Problem details ▸
In the material below, list every line carrying the string "radius".

-- Opening Marker --

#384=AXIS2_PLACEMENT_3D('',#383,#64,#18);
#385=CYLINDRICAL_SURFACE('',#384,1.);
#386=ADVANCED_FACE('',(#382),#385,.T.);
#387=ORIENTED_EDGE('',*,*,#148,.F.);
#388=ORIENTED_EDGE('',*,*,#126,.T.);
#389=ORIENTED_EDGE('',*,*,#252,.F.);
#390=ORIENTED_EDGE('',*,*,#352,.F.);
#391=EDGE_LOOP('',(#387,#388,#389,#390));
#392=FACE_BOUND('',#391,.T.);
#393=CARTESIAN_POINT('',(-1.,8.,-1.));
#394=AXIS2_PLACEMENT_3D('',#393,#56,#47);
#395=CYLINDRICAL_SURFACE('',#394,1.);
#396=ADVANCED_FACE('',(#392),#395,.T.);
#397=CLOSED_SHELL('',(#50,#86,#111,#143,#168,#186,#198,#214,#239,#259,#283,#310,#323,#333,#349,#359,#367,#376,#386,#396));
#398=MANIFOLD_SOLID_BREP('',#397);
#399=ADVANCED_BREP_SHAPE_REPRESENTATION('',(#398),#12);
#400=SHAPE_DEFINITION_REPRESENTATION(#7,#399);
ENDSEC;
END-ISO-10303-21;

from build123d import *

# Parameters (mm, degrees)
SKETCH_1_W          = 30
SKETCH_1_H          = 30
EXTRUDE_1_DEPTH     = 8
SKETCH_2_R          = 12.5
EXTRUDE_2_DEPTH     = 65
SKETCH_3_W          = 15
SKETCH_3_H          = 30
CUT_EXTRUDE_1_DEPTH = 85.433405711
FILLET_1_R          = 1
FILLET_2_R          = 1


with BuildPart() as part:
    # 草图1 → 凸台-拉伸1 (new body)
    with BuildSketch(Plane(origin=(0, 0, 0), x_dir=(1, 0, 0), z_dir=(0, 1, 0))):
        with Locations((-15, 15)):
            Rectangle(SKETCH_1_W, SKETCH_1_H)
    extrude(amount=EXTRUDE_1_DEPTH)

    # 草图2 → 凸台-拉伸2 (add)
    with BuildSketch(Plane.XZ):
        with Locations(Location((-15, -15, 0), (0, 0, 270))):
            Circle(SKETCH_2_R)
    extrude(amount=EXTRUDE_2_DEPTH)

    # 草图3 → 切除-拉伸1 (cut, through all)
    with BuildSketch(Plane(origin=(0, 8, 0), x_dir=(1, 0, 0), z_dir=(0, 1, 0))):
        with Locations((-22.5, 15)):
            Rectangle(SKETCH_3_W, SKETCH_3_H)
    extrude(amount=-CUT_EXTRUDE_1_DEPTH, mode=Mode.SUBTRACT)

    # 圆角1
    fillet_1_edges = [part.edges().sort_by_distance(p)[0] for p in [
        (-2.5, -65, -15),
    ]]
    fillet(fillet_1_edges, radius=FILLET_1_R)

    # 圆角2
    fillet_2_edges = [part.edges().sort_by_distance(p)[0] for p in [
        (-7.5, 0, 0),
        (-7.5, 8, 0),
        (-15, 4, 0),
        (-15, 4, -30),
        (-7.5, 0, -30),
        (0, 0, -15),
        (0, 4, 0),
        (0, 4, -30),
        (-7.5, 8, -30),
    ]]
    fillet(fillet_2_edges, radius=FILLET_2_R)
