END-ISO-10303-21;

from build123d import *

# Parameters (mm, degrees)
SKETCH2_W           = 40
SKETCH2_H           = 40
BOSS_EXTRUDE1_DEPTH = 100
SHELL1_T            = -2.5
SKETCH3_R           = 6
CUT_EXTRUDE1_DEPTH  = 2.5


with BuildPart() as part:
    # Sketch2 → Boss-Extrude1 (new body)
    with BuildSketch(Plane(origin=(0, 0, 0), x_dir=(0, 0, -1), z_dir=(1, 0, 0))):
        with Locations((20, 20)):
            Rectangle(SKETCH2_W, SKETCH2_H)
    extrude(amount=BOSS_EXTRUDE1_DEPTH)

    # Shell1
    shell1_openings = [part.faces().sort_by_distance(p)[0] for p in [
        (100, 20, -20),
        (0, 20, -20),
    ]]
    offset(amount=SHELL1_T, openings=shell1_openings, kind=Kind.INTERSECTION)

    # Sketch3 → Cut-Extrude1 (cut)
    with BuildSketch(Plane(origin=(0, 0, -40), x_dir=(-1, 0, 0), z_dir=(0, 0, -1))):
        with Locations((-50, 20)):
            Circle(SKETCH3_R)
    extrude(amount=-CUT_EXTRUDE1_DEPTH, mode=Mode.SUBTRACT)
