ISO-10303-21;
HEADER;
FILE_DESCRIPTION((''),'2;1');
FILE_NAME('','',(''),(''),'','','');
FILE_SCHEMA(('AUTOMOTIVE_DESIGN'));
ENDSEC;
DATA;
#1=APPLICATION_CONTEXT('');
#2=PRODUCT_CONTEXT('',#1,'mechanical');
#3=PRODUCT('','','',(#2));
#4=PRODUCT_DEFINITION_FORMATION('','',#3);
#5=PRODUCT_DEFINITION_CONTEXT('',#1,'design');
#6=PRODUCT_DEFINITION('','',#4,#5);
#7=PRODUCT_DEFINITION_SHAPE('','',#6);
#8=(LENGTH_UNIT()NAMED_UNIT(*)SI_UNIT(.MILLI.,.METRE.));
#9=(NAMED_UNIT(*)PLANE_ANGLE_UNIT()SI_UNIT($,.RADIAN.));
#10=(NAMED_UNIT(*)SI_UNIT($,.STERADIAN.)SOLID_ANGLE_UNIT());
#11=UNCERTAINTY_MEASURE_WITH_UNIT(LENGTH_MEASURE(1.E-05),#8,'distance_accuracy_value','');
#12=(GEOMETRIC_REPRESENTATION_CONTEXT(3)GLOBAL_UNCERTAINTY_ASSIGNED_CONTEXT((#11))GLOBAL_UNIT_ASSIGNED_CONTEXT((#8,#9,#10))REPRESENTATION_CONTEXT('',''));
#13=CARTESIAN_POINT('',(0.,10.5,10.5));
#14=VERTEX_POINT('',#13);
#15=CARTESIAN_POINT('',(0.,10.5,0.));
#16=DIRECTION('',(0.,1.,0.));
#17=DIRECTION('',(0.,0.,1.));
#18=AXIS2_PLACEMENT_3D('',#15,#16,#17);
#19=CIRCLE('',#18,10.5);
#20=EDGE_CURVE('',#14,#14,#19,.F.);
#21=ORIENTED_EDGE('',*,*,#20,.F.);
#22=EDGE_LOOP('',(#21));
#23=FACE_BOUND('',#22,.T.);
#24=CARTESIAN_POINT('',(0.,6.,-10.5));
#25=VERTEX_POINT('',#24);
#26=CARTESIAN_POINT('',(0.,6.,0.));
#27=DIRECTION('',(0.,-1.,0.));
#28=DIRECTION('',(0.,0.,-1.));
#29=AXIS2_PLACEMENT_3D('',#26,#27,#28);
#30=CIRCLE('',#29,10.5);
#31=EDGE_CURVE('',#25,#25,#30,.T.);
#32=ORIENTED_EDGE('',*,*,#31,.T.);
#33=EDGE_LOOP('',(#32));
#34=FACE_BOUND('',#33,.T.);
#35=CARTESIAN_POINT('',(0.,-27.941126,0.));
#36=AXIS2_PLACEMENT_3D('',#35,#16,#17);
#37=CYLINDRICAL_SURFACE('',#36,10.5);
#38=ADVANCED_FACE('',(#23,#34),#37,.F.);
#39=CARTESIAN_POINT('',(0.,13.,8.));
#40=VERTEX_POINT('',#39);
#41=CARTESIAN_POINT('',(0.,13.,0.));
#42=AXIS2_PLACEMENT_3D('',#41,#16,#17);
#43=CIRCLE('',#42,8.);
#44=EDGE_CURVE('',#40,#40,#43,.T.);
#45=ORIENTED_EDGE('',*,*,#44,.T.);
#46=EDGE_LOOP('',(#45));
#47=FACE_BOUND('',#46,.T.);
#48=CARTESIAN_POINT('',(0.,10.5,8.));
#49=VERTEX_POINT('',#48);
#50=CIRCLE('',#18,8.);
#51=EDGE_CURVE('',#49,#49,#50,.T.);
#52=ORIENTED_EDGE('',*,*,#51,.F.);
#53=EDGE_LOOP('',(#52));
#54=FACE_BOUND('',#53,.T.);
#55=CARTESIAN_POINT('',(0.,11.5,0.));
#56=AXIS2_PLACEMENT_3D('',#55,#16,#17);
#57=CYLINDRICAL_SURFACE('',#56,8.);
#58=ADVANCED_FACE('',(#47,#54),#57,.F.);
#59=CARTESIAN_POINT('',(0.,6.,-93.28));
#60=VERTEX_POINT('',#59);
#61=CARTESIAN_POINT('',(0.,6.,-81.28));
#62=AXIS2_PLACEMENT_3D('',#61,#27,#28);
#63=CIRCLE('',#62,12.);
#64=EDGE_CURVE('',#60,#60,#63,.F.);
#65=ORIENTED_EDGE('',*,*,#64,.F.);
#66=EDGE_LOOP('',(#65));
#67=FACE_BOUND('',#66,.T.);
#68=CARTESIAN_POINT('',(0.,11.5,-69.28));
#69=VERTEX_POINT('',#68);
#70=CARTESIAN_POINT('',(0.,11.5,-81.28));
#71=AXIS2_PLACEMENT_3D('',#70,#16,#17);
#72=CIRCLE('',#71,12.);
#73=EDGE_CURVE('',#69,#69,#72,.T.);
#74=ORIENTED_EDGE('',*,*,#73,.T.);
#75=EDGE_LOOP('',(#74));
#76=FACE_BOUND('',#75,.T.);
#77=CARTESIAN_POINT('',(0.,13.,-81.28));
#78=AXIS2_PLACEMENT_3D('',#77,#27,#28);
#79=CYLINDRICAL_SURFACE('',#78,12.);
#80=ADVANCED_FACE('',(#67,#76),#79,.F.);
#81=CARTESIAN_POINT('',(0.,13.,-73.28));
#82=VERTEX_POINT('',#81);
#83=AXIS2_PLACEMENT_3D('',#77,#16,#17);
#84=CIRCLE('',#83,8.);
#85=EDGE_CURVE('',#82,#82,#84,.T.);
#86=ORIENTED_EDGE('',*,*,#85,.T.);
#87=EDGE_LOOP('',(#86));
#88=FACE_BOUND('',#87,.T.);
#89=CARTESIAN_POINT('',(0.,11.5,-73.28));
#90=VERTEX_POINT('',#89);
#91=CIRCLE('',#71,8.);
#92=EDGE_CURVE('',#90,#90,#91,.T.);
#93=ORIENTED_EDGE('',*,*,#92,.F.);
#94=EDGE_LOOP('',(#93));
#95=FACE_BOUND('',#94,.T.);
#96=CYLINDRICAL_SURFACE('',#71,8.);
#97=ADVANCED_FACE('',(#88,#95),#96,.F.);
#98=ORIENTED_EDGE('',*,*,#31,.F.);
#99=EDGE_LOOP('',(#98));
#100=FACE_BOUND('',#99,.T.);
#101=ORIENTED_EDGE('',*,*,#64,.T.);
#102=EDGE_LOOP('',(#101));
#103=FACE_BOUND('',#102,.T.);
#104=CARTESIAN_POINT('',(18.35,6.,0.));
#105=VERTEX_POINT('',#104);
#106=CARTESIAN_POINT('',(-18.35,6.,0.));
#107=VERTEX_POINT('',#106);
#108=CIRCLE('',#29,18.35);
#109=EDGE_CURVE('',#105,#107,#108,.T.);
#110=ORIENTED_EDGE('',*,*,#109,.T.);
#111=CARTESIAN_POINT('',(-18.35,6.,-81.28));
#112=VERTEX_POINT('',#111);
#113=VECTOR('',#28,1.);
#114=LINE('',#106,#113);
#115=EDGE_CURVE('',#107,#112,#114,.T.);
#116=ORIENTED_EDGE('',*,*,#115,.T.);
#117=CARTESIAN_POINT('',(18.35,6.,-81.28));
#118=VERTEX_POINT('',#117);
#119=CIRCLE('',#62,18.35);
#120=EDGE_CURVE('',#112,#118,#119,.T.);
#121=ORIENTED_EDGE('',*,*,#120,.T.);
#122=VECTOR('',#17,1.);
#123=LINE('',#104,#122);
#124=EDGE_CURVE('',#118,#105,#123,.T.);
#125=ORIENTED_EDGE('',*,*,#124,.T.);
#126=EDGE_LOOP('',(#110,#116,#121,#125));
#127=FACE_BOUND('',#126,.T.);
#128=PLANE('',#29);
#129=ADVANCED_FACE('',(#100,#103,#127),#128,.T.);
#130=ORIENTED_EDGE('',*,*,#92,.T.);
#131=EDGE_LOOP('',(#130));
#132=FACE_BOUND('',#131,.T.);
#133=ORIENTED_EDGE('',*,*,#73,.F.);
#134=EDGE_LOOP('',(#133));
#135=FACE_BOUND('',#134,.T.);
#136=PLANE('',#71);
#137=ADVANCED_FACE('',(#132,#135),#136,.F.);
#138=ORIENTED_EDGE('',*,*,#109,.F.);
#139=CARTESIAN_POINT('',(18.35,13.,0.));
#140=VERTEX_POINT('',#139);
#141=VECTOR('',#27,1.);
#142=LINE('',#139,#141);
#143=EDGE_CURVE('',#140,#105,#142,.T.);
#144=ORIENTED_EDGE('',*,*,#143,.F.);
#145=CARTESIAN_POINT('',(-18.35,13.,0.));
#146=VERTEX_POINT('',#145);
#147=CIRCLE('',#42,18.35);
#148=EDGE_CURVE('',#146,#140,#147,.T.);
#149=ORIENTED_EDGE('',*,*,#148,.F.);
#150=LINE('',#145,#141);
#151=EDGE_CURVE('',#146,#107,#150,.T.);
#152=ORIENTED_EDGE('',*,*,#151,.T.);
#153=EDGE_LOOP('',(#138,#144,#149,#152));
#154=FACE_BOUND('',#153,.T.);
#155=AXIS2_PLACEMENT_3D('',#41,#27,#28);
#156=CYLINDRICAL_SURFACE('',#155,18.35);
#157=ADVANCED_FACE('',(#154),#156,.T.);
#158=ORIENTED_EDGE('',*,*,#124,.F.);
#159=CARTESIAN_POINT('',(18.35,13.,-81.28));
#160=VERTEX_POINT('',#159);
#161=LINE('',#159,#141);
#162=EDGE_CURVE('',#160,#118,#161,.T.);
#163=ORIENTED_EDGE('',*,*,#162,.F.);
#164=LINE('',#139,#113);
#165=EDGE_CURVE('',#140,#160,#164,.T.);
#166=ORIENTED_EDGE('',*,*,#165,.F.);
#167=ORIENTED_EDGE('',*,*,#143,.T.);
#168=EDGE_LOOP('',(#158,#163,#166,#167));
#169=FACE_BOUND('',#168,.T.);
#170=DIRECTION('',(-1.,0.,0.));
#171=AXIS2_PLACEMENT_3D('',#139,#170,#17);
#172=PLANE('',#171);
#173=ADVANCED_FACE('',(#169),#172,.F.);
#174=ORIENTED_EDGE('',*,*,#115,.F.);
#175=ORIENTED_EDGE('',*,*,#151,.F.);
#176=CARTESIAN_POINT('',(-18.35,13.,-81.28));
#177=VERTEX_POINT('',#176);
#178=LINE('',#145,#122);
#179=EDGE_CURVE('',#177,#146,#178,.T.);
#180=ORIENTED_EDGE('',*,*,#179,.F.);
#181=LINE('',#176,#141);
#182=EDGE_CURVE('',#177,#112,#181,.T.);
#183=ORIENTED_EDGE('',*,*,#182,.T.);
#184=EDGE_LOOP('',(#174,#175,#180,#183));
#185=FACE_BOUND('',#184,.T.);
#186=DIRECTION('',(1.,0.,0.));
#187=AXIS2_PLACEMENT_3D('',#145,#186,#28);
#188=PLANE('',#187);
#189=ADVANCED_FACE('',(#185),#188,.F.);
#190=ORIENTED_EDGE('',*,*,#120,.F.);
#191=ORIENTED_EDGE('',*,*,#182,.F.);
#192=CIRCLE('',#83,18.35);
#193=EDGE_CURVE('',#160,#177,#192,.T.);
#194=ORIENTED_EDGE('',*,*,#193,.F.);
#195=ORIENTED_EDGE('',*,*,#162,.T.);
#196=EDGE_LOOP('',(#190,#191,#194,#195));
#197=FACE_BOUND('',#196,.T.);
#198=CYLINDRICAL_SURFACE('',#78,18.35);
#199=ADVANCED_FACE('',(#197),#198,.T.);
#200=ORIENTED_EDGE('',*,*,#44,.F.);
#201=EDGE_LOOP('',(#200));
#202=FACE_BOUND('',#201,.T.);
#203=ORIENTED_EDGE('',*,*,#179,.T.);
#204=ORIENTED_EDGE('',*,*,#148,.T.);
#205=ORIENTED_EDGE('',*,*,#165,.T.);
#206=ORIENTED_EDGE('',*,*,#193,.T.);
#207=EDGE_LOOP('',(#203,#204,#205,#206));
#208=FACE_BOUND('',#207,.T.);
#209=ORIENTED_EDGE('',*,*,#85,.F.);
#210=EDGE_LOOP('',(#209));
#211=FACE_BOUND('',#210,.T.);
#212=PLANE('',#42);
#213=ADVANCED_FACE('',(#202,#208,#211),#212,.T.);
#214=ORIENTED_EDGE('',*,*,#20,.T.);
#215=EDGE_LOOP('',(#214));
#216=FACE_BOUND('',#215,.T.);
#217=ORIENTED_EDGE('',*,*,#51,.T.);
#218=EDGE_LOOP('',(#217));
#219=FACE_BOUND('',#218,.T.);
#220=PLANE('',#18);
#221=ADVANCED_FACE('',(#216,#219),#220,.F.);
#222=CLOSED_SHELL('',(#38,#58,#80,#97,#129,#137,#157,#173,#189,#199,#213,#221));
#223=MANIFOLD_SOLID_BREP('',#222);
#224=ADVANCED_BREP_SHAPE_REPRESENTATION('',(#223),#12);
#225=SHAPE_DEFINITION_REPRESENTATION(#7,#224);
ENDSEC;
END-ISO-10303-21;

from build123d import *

# Parameters (mm, degrees)
SKETCH1_R           = 12.000000003
BOSS_EXTRUDE1_DEPTH = 13
SKETCH2_R           = 12.000000003
CUT_EXTRUDE1_DEPTH  = 6
BOSS_EXTRUDE2_START = -1.5
SKETCH3_R           = 12.000000003
SKETCH3_R_2         = 8
BOSS_EXTRUDE2_DEPTH = 1.5
SKETCH4_W           = 40.64
SKETCH4_H           = 6
CUT_EXTRUDE2_DEPTH  = 107.967410462
BOSS_EXTRUDE3_START = 5.499999908
SKETCH6_R           = 12.000000003
SKETCH6_R_2         = 10.5
BOSS_EXTRUDE3_DEPTH = 5.499999908
MOVE_FACE3_BY       = 1.000000032


with BuildPart() as part:
    # Sketch1 → Boss-Extrude1 (new body)
    with BuildSketch(Plane(origin=(0, 0, 0), x_dir=(1, 0, 0), z_dir=(0, 1, 0))):
        with BuildLine():
            Line((-18.350000003, 0), (-18.350000003, 81.28))
            ThreePointArc((-18.350000003, 81.28), (0, 99.630000003), (18.350000003, 81.28))
            Line((18.350000003, 81.28), (18.350000003, 0))
            ThreePointArc((18.350000003, 0), (0, -18.350000003), (-18.350000003, 0))
        make_face()
        with Locations(Location((0, 0, 0), (0, 0, 270))):
            Circle(SKETCH1_R, mode=Mode.SUBTRACT)
        with Locations(Location((0, 81.28, 0), (0, 0, 270))):
            Circle(SKETCH1_R, mode=Mode.SUBTRACT)
    extrude(amount=BOSS_EXTRUDE1_DEPTH)

    # Sketch2 → Cut-Extrude1 (cut)
    # profile 1 of 2: a face of its own
    with BuildSketch(Plane.XZ):
        with BuildLine():
            Line((-18.350000003, -60.96), (-18.350000003, -81.28))
            ThreePointArc((-18.350000003, -81.28), (0, -99.630000003), (18.350000003, -81.28))
            Line((18.350000003, -81.28), (18.350000003, -60.96))
            Line((18.350000003, -60.96), (-18.350000003, -60.96))
        make_face()
        with Locations(Location((0, -81.28, 0), (0, 0, 270))):
            Circle(SKETCH2_R, mode=Mode.SUBTRACT)
    # profile 2 of 2: a face of its own
    with BuildSketch(Plane.XZ):
        with BuildLine():
            ThreePointArc((18.350000003, 0), (0, 18.350000003), (-18.350000003, 0))
            Line((-18.350000003, 0), (-18.350000003, -20.32))
            Line((-18.350000003, -20.32), (18.350000003, -20.32))
            Line((18.350000003, -20.32), (18.350000003, 0))
        make_face()
    extrude(amount=-CUT_EXTRUDE1_DEPTH, mode=Mode.SUBTRACT)

    # Sketch3 → Boss-Extrude2 (add)
    # profile 1 of 2: a face of its own
    with BuildSketch(Plane(origin=(0, 12.999999908, 0), x_dir=(1, 0, 0), z_dir=(0, 1, 0)).offset(BOSS_EXTRUDE2_START)):
        with Locations(Location((0, 81.28, 0), (0, 0, 90))):
            Circle(SKETCH3_R)
        with Locations(Location((0, 81.28, 0), (0, 0, 270))):
            Circle(SKETCH3_R_2, mode=Mode.SUBTRACT)
    # profile 2 of 2: a face of its own
    with BuildSketch(Plane(origin=(0, 12.999999908, 0), x_dir=(1, 0, 0), z_dir=(0, 1, 0)).offset(BOSS_EXTRUDE2_START)):
        with Locations(Location((0, 0, 0), (0, 0, 90))):
            Circle(SKETCH3_R)
        with Locations(Location((0, 0, 0), (0, 0, 270))):
            Circle(SKETCH3_R_2, mode=Mode.SUBTRACT)
    extrude(amount=BOSS_EXTRUDE2_DEPTH)

    # Sketch4 → Cut-Extrude2 (cut, through all)
    with BuildSketch(Plane.ZY.offset(18.350000003)):
        with Locations((-40.64, 3)):
            Rectangle(SKETCH4_W, SKETCH4_H)
    extrude(amount=-CUT_EXTRUDE2_DEPTH, mode=Mode.SUBTRACT)

    # Sketch6 → Boss-Extrude3 (add)
    with BuildSketch(Plane.XZ.offset(-11.499999908).offset(BOSS_EXTRUDE3_START)):
        Circle(SKETCH6_R)
        with Locations(Location((0, 0, 0), (0, 0, 270))):
            Circle(SKETCH6_R_2, mode=Mode.SUBTRACT)
    extrude(amount=-BOSS_EXTRUDE3_DEPTH)

    # Move Face3: a face moved outward by 1.0
    extrude(part.faces().sort_by_distance((0, 11.499999908, 8.4))[0], amount=MOVE_FACE3_BY, dir=(0, -1, 0))


solid = part.part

-- Closing Marker --

Your solution ▸
    fillet(fillet_1_edges, radius=FILLET_1_R)
    fillet(fillet_2_edges, radius=FILLET_2_R)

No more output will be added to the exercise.